Problem to work on: In the records that follow, the lines from the one containing "f 161 38 42" to the one containing "f 96 117 116", inclusive, are to be given again exactly.

Data for processing:
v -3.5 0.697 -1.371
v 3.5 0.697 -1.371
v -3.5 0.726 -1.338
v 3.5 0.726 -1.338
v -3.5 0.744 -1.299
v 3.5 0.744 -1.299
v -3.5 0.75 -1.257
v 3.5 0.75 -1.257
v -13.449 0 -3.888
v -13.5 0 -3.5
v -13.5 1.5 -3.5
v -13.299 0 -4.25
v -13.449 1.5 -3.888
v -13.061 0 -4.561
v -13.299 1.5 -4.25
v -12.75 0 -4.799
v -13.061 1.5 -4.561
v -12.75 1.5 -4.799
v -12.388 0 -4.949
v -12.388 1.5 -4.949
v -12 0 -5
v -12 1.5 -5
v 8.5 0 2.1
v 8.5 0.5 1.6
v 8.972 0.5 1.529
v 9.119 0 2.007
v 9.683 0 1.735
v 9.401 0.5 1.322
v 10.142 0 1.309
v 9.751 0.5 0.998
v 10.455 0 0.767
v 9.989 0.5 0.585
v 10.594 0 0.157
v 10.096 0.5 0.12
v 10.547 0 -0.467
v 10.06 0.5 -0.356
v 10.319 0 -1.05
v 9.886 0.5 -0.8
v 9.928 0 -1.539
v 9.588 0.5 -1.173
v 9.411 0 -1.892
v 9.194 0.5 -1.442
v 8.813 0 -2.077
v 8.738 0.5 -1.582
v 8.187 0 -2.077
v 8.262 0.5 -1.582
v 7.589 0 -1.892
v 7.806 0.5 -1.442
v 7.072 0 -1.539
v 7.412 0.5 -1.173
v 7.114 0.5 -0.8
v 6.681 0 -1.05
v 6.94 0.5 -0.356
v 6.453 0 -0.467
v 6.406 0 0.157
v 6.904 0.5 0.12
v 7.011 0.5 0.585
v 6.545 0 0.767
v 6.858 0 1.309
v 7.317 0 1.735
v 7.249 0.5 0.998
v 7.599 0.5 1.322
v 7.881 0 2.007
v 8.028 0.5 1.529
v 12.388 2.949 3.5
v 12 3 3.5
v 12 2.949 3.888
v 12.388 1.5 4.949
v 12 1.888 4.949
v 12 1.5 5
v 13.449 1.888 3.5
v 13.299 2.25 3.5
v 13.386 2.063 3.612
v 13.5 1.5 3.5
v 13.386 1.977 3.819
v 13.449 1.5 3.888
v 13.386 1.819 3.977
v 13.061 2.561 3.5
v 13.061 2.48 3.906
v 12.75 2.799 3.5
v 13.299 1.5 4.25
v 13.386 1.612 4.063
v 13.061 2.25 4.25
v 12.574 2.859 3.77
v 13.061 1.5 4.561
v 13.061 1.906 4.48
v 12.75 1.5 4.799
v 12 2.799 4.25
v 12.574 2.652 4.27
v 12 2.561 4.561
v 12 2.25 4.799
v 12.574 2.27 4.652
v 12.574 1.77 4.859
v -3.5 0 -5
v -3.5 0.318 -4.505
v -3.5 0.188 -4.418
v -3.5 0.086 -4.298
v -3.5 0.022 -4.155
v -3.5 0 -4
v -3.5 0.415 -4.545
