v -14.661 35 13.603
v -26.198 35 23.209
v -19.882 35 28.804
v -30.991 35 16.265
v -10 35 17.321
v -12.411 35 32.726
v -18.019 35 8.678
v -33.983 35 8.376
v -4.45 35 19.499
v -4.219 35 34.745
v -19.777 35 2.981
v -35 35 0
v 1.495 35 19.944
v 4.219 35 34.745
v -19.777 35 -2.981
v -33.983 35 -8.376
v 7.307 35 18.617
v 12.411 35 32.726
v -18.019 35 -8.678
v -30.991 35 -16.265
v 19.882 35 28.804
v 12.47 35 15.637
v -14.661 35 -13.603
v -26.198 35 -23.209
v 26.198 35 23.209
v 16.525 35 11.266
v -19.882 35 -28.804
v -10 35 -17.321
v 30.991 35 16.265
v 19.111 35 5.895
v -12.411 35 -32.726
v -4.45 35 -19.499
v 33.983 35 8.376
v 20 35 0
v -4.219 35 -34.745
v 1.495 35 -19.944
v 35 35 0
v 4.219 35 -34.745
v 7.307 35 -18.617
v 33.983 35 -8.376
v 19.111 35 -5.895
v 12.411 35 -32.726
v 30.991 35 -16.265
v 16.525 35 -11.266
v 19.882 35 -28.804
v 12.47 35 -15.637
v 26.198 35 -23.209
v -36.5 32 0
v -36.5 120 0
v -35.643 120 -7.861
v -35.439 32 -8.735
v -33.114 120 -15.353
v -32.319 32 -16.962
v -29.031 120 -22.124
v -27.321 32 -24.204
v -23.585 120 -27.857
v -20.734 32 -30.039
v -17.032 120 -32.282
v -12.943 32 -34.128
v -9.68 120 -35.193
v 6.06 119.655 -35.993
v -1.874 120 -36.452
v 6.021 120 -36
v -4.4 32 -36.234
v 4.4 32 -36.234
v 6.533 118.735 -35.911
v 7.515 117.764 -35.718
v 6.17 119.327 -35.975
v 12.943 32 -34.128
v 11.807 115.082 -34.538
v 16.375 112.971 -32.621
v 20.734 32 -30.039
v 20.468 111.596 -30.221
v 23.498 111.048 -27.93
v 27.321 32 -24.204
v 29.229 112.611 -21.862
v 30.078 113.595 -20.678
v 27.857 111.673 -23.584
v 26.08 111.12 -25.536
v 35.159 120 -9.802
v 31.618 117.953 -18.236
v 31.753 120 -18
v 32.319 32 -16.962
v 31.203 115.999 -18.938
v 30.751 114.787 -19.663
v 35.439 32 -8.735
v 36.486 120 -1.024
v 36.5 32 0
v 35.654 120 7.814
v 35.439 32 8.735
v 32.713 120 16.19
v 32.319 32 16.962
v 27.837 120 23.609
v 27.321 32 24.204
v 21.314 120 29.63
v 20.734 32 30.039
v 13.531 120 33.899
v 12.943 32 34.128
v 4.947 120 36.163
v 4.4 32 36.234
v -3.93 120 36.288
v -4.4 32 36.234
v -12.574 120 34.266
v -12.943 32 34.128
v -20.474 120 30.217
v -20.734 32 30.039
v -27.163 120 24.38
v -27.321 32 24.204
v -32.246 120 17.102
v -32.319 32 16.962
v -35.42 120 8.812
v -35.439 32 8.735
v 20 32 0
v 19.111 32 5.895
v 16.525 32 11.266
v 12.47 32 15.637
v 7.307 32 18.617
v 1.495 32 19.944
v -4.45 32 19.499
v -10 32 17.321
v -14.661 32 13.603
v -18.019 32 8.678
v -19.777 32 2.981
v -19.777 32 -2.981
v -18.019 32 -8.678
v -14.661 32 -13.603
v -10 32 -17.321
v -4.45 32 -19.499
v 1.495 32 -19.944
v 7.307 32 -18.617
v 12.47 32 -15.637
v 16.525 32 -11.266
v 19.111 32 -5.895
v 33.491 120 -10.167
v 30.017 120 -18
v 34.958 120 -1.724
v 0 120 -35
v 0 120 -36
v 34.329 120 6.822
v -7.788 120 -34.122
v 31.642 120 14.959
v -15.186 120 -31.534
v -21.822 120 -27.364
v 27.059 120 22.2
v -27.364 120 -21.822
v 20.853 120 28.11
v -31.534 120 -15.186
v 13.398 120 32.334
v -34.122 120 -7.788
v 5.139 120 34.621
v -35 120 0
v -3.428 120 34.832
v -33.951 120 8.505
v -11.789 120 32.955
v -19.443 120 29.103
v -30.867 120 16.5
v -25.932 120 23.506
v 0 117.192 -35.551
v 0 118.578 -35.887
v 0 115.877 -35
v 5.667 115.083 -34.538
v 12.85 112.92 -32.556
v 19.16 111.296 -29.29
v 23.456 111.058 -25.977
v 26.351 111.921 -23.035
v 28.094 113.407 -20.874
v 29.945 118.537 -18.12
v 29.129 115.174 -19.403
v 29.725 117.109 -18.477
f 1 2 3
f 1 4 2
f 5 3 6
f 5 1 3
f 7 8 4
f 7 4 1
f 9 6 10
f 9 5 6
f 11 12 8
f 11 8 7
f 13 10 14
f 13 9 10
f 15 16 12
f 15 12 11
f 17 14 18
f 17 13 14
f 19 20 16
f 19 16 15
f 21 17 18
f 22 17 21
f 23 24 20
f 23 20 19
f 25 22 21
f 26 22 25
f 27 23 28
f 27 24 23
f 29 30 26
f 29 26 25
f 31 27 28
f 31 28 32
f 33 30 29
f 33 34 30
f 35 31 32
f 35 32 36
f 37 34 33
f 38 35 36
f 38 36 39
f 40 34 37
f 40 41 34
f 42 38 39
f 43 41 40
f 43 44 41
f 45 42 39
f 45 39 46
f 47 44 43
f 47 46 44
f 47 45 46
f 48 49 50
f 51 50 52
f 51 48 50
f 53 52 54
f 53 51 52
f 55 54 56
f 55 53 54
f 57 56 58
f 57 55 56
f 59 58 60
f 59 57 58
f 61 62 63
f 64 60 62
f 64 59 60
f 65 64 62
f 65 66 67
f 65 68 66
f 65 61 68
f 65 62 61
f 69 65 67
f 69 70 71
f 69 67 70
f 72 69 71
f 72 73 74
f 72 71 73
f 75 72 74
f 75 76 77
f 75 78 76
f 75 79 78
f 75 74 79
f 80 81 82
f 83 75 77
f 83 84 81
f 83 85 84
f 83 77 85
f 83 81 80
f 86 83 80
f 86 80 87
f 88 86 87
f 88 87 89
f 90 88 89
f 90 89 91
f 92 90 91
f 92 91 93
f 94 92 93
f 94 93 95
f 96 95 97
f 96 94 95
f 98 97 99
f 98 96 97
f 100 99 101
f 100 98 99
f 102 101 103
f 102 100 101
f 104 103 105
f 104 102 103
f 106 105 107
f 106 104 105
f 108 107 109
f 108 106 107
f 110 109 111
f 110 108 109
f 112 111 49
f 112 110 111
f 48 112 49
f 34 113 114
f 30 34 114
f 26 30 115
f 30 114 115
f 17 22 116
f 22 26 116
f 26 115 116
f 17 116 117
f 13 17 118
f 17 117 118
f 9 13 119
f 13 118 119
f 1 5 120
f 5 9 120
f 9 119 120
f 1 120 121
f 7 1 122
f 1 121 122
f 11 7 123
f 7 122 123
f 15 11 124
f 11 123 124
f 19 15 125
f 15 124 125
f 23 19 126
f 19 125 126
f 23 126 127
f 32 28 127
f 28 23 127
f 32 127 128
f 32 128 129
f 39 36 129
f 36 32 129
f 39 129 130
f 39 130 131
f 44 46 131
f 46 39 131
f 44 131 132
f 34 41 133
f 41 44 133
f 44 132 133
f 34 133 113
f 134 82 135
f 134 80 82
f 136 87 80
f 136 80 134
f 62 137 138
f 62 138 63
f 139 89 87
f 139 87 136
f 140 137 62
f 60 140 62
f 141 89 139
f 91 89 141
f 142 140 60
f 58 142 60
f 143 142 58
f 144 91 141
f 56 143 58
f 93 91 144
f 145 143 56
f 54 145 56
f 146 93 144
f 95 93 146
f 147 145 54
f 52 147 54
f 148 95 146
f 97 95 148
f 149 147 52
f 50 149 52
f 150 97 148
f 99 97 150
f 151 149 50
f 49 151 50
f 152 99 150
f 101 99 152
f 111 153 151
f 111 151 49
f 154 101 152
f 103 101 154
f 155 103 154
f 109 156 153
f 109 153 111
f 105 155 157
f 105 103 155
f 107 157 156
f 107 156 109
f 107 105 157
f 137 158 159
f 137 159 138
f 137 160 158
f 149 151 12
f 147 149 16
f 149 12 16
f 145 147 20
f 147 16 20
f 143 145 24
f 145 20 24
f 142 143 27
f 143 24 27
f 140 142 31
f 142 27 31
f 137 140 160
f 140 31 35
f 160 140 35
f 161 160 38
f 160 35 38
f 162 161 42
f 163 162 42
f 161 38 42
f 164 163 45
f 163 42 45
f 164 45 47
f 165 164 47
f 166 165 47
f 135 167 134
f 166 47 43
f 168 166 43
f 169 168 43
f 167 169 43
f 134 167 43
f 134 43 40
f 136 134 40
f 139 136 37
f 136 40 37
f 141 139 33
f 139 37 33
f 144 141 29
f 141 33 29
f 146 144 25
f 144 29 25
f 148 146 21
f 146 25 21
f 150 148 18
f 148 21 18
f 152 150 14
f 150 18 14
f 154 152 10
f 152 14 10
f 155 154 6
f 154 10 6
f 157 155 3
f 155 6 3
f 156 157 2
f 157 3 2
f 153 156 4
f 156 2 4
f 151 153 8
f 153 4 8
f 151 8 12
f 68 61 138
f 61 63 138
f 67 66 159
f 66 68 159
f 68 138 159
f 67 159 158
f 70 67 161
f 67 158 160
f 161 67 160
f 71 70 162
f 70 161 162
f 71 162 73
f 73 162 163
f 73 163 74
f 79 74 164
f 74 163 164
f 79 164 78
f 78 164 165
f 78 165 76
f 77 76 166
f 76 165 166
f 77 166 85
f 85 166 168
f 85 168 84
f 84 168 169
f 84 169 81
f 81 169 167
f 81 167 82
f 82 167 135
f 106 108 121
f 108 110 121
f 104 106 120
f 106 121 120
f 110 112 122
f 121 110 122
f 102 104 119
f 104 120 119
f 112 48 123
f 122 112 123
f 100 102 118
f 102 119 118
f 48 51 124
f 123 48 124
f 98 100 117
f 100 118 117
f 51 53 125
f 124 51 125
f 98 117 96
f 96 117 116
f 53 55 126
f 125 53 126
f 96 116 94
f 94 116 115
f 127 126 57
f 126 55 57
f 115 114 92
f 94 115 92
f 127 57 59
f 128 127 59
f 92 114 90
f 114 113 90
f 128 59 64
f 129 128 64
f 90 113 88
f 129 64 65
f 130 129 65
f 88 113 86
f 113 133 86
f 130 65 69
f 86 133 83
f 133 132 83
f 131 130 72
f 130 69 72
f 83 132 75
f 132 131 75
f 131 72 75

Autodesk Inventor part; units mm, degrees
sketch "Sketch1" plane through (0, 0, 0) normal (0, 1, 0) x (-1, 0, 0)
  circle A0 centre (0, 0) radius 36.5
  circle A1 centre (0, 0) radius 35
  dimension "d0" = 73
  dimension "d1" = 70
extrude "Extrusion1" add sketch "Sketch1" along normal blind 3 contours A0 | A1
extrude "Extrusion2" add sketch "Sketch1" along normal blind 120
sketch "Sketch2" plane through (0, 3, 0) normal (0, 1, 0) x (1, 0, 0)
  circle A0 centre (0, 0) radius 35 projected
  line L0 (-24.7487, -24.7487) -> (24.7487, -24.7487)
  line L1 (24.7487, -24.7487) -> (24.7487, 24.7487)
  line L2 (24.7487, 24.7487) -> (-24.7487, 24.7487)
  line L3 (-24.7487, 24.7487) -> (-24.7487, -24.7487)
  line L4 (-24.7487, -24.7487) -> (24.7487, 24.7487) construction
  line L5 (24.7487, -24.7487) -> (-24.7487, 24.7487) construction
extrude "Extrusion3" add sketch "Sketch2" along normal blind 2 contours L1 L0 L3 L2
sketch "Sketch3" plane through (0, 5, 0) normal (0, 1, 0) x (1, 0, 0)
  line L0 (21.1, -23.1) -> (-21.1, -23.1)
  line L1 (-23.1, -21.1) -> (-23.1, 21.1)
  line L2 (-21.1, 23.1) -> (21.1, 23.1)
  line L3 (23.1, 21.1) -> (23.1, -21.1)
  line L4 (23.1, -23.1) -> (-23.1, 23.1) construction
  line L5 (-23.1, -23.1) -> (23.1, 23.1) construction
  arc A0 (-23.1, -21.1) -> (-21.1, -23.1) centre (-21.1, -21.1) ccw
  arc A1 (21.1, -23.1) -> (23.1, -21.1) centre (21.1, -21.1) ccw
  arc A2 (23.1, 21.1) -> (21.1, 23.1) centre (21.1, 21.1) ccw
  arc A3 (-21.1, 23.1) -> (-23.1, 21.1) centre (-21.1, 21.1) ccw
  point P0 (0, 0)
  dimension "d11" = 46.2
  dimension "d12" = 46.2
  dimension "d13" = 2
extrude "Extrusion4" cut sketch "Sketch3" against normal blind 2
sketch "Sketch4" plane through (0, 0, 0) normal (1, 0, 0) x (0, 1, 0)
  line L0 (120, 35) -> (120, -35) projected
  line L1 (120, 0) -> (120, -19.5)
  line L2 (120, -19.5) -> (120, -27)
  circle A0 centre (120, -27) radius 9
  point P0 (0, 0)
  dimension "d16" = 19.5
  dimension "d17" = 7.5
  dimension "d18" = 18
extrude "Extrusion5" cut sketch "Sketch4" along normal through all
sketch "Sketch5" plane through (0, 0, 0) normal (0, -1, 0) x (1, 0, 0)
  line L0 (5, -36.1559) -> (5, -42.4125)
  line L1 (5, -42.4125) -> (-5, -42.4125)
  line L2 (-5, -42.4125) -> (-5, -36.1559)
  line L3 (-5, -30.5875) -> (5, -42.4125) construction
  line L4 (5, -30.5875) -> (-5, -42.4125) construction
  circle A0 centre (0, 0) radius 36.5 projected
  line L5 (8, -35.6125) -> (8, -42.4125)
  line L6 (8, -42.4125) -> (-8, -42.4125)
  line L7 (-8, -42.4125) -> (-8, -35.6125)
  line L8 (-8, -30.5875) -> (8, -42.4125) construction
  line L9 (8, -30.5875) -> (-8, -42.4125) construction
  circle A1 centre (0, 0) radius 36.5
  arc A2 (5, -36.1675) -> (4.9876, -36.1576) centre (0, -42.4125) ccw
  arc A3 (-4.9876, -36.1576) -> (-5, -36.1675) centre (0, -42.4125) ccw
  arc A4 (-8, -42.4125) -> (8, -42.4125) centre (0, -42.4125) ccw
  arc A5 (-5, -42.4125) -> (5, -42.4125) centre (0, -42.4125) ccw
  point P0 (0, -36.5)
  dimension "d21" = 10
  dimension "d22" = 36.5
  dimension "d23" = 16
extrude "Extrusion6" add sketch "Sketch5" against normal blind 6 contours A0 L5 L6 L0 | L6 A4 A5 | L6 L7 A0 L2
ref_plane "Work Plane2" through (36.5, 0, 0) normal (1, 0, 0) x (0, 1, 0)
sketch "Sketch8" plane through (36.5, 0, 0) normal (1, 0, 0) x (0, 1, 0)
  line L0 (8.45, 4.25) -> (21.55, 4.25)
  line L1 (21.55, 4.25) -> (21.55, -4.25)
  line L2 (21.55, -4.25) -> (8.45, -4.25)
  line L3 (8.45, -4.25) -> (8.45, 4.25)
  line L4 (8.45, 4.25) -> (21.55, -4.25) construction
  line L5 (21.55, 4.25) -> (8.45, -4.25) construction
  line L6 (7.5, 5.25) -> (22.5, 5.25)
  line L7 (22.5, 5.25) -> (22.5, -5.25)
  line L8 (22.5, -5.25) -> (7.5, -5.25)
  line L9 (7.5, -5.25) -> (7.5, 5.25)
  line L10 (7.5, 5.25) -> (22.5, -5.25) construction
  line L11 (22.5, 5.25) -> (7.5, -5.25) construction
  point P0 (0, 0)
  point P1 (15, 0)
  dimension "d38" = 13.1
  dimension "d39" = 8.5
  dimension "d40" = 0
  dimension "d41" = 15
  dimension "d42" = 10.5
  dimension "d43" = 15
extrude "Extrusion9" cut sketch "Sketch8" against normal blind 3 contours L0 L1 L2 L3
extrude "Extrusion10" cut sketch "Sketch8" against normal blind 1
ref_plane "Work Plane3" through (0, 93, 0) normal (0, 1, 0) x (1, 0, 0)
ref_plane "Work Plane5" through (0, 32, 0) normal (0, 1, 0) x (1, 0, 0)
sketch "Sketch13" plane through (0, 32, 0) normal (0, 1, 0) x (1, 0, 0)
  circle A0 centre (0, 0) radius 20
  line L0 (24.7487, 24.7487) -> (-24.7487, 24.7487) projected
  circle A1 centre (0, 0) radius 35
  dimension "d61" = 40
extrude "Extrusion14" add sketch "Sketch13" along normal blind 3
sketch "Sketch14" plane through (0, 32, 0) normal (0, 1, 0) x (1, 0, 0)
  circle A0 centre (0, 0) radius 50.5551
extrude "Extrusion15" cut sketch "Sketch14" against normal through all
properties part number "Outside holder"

Response to this task:
f 161 38 42
f 164 163 45
f 163 42 45
f 164 45 47
f 165 164 47
f 166 165 47
f 135 167 134
f 166 47 43
f 168 166 43
f 169 168 43
f 167 169 43
f 134 167 43
f 134 43 40
f 136 134 40
f 139 136 37
f 136 40 37
f 141 139 33
f 139 37 33
f 144 141 29
f 141 33 29
f 146 144 25
f 144 29 25
f 148 146 21
f 146 25 21
f 150 148 18
f 148 21 18
f 152 150 14
f 150 18 14
f 154 152 10
f 152 14 10
f 155 154 6
f 154 10 6
f 157 155 3
f 155 6 3
f 156 157 2
f 157 3 2
f 153 156 4
f 156 2 4
f 151 153 8
f 153 4 8
f 151 8 12
f 68 61 138
f 61 63 138
f 67 66 159
f 66 68 159
f 68 138 159
f 67 159 158
f 70 67 161
f 67 158 160
f 161 67 160
f 71 70 162
f 70 161 162
f 71 162 73
f 73 162 163
f 73 163 74
f 79 74 164
f 74 163 164
f 79 164 78
f 78 164 165
f 78 165 76
f 77 76 166
f 76 165 166
f 77 166 85
f 85 166 168
f 85 168 84
f 84 168 169
f 84 169 81
f 81 169 167
f 81 167 82
f 82 167 135
f 106 108 121
f 108 110 121
f 104 106 120
f 106 121 120
f 110 112 122
f 121 110 122
f 102 104 119
f 104 120 119
f 112 48 123
f 122 112 123
f 100 102 118
f 102 119 118
f 48 51 124
f 123 48 124
f 98 100 117
f 100 118 117
f 51 53 125
f 124 51 125
f 98 117 96
f 96 117 116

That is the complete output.